The diagnostic criteria for POTS that is becoming increasingly accepted by specialists in these disorders is that POTS occurs without a measurable reduction in blood pressure. Therefore, it is possible that the breathlessness that results in hyperventilation may actually be being caused by mechanisms OTHER than those mearly to stabilise dropping blood pressure (especially when blood pressure doesnt normally drop in POTS - at least in the early stages of orthostatic stress).

It should also be noted that many of the symptoms of POTS are the same as those that would be caused by hypocapnia induced by hyperventilation - anxiety, an overly excited sympathetic nervous system, dizziness, depersonalisation, etc.

Dr J Stewart noted that in a subset of POTS patients designated as Normal Flow POTS - a subgroup of these had significant hypocapnia coupled with excessive vasoconstriction of their hands and feet during orthostatic stress:

http://ajpheart.physiology.org/cgi/content...ract/291/2/H904

Hypocapnia causes cerebral vasoconstriction which has been noted in a variety of studies of POTS - hypocapnia also causes cerebral hypoxia and due to vasoconstriction, reduced blood flow to the brain without a reduction in blood pressure. In short, it alone could possibily account for the symptoms of some POTS patients without blood pooling = and may explain fainting in patients designated as hyperadrenergic.

At the very least breathlessness on a constant basis when considered with the findings of the novak study:

http://stroke.ahajournals.org/cgi/content/abstract/29/9/1876

and another interesting recent article:

http://www.dynamic-med.com/content/6/1/2

Boy, You must spend a lot of time researching.

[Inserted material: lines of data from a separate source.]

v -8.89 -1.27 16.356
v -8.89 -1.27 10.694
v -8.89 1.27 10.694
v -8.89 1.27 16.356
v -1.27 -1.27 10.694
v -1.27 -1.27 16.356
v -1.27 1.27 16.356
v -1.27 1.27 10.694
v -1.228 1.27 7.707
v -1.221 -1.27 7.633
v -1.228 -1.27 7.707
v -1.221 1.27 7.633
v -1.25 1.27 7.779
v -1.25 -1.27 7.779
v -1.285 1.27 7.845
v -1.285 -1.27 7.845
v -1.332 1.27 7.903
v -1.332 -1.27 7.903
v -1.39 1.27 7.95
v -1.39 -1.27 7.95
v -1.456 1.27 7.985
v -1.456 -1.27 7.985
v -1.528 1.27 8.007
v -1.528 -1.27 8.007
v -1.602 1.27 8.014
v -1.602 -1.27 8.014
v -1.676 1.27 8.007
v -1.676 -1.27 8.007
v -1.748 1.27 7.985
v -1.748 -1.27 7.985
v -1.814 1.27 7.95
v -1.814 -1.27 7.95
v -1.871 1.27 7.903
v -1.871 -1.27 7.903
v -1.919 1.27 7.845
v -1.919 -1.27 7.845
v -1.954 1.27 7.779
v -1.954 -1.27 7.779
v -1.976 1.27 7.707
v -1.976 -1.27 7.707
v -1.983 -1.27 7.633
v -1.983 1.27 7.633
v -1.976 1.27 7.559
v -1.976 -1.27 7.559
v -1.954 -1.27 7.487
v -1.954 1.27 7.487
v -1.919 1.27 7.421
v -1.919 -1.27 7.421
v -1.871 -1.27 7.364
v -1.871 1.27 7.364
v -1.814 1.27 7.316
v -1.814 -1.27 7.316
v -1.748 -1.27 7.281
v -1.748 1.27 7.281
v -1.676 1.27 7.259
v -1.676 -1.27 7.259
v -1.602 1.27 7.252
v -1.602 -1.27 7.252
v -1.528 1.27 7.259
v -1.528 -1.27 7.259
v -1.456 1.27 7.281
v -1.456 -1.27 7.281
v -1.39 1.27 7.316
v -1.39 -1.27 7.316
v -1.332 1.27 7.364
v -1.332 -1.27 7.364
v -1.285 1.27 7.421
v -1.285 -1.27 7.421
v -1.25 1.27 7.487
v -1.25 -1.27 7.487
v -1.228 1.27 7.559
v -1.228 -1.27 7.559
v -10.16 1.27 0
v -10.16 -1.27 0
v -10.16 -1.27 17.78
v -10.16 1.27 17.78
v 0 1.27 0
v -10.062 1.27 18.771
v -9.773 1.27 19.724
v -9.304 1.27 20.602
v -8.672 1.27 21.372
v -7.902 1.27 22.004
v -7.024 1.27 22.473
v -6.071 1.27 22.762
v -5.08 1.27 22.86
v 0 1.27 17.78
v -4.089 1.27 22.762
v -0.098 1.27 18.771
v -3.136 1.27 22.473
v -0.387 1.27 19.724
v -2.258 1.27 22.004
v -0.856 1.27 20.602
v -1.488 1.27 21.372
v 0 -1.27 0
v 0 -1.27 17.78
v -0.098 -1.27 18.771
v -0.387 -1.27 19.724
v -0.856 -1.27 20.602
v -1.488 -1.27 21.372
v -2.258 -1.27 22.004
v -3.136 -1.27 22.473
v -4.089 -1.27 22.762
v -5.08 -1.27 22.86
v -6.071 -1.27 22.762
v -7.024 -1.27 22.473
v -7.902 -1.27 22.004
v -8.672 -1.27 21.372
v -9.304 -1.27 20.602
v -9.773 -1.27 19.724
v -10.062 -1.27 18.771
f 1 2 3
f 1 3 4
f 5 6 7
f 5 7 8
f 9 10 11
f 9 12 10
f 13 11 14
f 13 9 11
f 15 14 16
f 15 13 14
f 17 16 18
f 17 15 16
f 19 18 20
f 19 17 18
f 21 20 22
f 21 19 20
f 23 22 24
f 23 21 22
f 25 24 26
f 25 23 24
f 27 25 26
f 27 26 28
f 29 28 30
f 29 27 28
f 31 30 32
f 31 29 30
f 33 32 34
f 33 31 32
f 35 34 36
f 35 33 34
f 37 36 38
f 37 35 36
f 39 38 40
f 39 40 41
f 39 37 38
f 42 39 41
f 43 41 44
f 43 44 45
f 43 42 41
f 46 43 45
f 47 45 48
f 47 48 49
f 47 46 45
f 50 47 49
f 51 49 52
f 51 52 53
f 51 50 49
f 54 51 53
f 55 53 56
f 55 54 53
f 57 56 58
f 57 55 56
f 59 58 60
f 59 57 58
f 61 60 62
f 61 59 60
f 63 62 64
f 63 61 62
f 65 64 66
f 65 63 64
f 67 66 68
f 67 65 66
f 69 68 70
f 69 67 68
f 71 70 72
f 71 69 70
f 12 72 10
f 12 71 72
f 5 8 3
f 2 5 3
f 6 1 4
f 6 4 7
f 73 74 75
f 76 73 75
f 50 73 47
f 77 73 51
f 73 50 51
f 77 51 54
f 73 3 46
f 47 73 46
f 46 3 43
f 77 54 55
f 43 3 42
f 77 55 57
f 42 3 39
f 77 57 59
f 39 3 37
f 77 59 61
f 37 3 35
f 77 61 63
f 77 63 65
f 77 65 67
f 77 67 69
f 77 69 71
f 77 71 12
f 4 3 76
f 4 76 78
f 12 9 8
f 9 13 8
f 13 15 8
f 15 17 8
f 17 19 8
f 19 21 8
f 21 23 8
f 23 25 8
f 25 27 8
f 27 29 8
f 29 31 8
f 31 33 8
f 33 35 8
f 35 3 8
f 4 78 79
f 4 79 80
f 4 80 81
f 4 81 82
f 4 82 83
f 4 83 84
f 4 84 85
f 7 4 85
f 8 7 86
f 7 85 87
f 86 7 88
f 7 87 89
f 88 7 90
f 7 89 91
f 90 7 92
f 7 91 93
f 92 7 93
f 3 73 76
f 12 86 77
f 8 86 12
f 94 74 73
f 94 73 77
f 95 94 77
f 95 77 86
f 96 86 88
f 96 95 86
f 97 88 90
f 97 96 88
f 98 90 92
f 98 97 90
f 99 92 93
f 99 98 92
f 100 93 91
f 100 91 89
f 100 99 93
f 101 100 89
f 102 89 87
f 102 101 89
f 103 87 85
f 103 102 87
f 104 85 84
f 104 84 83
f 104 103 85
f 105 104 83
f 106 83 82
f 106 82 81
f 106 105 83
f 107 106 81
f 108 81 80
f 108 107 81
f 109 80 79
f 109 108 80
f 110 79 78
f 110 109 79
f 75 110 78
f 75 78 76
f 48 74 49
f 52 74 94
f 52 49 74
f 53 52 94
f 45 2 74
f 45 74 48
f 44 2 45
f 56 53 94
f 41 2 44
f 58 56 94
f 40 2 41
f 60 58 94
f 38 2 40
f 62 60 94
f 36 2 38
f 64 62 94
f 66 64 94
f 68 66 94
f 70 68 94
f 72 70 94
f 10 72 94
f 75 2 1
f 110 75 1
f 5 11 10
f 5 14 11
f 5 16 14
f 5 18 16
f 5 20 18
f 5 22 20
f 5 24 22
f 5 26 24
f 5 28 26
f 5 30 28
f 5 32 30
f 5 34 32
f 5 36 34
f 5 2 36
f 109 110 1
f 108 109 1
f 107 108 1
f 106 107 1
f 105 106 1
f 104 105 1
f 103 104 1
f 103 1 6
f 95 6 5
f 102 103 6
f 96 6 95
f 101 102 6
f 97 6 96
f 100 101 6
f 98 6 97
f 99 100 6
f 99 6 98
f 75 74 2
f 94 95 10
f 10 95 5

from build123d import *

# Parameters (mm, degrees)
F0_W     = 10.16
F0_H     = 17.78
F0_R     = 0.381
F1_DEPTH = 1.27


with BuildPart() as f1:
    # F0 (on Front) → F1 (new body, symmetric)
    with BuildSketch(Plane.XZ):
        with Locations((-5.08, 8.89)):
            Rectangle(F0_W, F0_H)
        with Locations((-1.60185, 7.633115)):
            Circle(F0_R, mode=Mode.SUBTRACT)
        Polygon((-8.89, 13.524802), (-8.89, 16.355868), (-5.08, 16.355868), (-1.27, 16.355868), (-1.27, 13.524802), (-1.27, 10.693735), (-5.08, 10.693735), (-8.89, 10.693735), align=None, mode=Mode.SUBTRACT)
        with BuildLine():
            Line((-10.16, 17.78), (0, 17.78))
            ThreePointArc((0, 17.78), (-5.08, 22.86), (-10.16, 17.78))
        make_face()
    extrude(amount=F1_DEPTH, both=True)


solid = f1.part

I appreciate your sharing. I had to look up the definition of hypocapnia.

For other dummies like me, hypocapnia means low CO2 in the blood. I have had some tests where the CO2 was an unexplained high. I must have been hyperventilating or was I hypoventilating?

The most useful information for me was from the first article:

Hypocapnia and symptoms of orthostatic hypertension are reversible by CO2 rebreathing.

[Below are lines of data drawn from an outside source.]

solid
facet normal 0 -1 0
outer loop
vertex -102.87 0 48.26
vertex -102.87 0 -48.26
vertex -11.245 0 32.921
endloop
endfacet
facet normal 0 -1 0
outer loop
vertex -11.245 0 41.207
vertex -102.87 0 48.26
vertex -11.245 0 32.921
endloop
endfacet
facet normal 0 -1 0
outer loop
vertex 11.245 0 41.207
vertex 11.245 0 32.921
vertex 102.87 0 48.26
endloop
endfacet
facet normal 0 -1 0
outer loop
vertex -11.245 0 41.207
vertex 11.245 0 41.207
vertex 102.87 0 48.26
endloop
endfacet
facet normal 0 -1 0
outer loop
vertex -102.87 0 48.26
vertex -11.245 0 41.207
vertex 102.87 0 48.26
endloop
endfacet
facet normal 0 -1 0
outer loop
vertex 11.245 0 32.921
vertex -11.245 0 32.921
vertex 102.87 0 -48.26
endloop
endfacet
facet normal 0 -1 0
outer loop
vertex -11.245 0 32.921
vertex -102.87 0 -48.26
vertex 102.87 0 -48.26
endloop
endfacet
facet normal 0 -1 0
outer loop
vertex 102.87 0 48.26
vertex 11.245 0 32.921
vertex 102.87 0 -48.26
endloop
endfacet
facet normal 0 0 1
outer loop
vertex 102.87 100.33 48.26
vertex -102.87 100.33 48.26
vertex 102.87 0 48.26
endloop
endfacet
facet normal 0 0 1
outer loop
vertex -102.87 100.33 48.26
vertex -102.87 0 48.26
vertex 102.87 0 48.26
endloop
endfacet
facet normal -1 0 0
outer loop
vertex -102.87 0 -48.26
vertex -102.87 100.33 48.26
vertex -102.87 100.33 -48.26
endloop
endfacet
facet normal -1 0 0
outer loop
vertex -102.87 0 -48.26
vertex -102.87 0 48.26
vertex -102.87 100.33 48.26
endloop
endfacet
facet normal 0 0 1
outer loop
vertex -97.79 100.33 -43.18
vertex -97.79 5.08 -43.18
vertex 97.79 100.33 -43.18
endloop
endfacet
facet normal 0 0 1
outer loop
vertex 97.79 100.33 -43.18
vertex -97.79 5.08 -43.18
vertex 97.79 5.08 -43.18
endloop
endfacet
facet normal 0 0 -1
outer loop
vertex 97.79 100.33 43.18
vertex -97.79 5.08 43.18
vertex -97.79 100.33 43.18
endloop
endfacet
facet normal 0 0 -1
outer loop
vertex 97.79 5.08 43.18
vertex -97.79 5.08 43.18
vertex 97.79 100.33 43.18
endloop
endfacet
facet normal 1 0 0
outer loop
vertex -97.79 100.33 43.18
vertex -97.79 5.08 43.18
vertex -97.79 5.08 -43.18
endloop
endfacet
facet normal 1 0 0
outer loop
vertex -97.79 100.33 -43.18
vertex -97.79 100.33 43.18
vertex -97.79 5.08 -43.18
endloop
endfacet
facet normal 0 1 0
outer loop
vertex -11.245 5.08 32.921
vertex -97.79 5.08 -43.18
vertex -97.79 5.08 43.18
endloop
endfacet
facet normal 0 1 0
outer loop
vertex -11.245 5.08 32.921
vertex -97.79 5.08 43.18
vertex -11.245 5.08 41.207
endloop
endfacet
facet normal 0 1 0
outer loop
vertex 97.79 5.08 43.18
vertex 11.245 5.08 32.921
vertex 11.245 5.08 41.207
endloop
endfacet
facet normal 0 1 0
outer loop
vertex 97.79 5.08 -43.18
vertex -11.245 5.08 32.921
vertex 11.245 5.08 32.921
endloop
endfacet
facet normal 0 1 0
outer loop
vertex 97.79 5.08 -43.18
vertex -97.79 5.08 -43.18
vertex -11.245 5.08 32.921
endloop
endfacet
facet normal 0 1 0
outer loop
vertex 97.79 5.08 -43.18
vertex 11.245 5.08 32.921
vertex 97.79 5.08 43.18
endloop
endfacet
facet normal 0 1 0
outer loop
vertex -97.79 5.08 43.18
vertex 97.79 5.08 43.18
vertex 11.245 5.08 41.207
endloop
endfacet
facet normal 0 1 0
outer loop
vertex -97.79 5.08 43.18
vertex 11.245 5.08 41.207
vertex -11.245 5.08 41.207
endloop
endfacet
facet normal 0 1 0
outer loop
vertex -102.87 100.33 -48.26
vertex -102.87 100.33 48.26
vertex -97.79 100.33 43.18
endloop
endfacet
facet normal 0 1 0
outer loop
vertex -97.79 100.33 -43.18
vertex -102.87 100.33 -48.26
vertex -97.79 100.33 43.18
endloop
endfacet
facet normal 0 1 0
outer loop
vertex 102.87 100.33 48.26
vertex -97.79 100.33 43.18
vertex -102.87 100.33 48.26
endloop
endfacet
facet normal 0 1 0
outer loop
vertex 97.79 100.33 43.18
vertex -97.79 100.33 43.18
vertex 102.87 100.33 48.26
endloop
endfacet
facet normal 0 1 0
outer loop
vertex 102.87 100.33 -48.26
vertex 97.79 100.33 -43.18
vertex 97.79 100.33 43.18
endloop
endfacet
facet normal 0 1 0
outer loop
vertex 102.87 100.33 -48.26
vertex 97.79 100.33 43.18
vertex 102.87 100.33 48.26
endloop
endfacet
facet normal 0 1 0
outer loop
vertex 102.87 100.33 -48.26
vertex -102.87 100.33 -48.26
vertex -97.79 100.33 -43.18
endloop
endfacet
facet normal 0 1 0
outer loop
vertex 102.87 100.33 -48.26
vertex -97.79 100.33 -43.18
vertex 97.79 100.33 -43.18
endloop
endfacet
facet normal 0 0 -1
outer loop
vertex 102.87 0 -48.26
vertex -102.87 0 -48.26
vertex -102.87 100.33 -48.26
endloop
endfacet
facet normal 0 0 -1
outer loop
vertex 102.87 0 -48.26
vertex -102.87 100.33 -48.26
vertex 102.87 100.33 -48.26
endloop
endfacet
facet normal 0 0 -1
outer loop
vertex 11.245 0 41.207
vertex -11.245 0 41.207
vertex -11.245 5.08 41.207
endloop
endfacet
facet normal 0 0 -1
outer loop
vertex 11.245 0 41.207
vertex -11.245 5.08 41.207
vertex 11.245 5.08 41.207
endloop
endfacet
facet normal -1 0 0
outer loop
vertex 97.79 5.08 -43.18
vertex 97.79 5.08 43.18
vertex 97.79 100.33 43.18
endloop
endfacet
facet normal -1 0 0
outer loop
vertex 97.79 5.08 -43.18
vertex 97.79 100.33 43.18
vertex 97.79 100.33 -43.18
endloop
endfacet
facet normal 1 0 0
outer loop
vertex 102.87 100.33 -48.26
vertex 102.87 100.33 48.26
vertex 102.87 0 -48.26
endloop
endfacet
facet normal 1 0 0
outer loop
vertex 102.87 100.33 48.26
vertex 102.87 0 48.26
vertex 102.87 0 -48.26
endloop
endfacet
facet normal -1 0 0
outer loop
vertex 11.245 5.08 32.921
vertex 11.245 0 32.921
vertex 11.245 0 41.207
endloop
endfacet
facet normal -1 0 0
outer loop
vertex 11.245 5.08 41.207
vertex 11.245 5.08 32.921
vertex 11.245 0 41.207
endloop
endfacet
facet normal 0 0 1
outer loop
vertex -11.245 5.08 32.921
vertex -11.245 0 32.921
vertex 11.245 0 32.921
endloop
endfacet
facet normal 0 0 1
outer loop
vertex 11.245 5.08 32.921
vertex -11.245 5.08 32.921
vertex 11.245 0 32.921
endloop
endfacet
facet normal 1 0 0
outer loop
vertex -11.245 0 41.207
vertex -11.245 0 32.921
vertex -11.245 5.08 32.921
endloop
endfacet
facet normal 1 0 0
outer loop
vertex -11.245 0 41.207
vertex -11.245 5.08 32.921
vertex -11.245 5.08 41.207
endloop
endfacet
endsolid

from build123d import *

# Parameters (mm, degrees)
SKETCH2_W           = 205.74
SKETCH2_H           = 96.52
BOSS_EXTRUDE1_DEPTH = 5.08
SKETCH3_W           = 205.74
SKETCH3_H           = 96.52
SKETCH3_W_2         = 195.58
SKETCH3_H_2         = 86.36
BOSS_EXTRUDE2_DEPTH = 95.25
SKETCH5_W           = 22.490008116
SKETCH5_H           = 8.285792463
CUT_EXTRUDE1_DEPTH  = 95.25


with BuildPart() as part:
    # Sketch2 → Boss-Extrude1 (new body)
    with BuildSketch(Plane(origin=(0, 0, 0), x_dir=(1, 0, 0), z_dir=(0, 1, 0))):
        Rectangle(SKETCH2_W, SKETCH2_H)
    extrude(amount=BOSS_EXTRUDE1_DEPTH)

    # Sketch3 → Boss-Extrude2 (add)
    with BuildSketch(Plane(origin=(0, 5.08, 0), x_dir=(1, 0, 0), z_dir=(0, 1, 0))):
        Rectangle(SKETCH3_W, SKETCH3_H)
        Rectangle(SKETCH3_W_2, SKETCH3_H_2, mode=Mode.SUBTRACT)
    extrude(amount=BOSS_EXTRUDE2_DEPTH)

    # Sketch5 → Cut-Extrude1 (cut)
    with BuildSketch(Plane.XZ):
        with Locations((0, 37.064125217)):
            Rectangle(SKETCH5_W, SKETCH5_H)
    extrude(amount=-CUT_EXTRUDE1_DEPTH, mode=Mode.SUBTRACT)


solid = part.part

That means that when I'm in the mall, walking, and am finding myself SOB (short of breath), I'll breathe into my cupped hands to get my CO2 levels down and hopefully return to normal. Thanks for posting the articles.

[firewatcher]

I guess I'm the anomaly. All my tests show chronic hypoxia (low oxygen): increased lung volume, high lung diffusion rate (gas exchange), high red blood cell/hematocrit (which screws with the pulse oximeter reading.) My dyspnea (shortness of breath) is directly correlated to my HR. The higher it goes, the worse it gets.

Of course, the longer I stand, the higher my HR and BP get, put me in motion and it gets even worse! I did a light workout with weights (supposedly anaerobic exercise right? With the leg extensions my HR was 140bpm, with the Lat pull-downs it was 160-180bpm. I was not doing them fast either! Pilates will send my HR above 150bpm for most of the session, even on a BB.)

[ramakentesh]

Your C02 levels might be a more interesting test id reckon. There appears to be a coupling of excessive peripheral vasoconstriction (which appears in the forms of POTS know and hyperadrenergic or in the newer Normal and Low Flow POTS) with elevated C02 levels and cerebral hypoperfusion.

In other words excessive sympo activity is causing an excessive vasoconstrictive response and heart rate and the elevated heart rate is causing hyperventilation somehow and worsening symptoms of OI/POTS when standing.

The hyperventilation in this context isnt purely rapid breathing - it can present with deeper breathing, apneas or other breathing anomalies on standing.

In one of the studies i referenced CO2 rebreathing eased symptoms and in OI symptoms were worsened through hyperventilation while standing.

So perhaps at the end of hte day, Co2 rebreathing may help.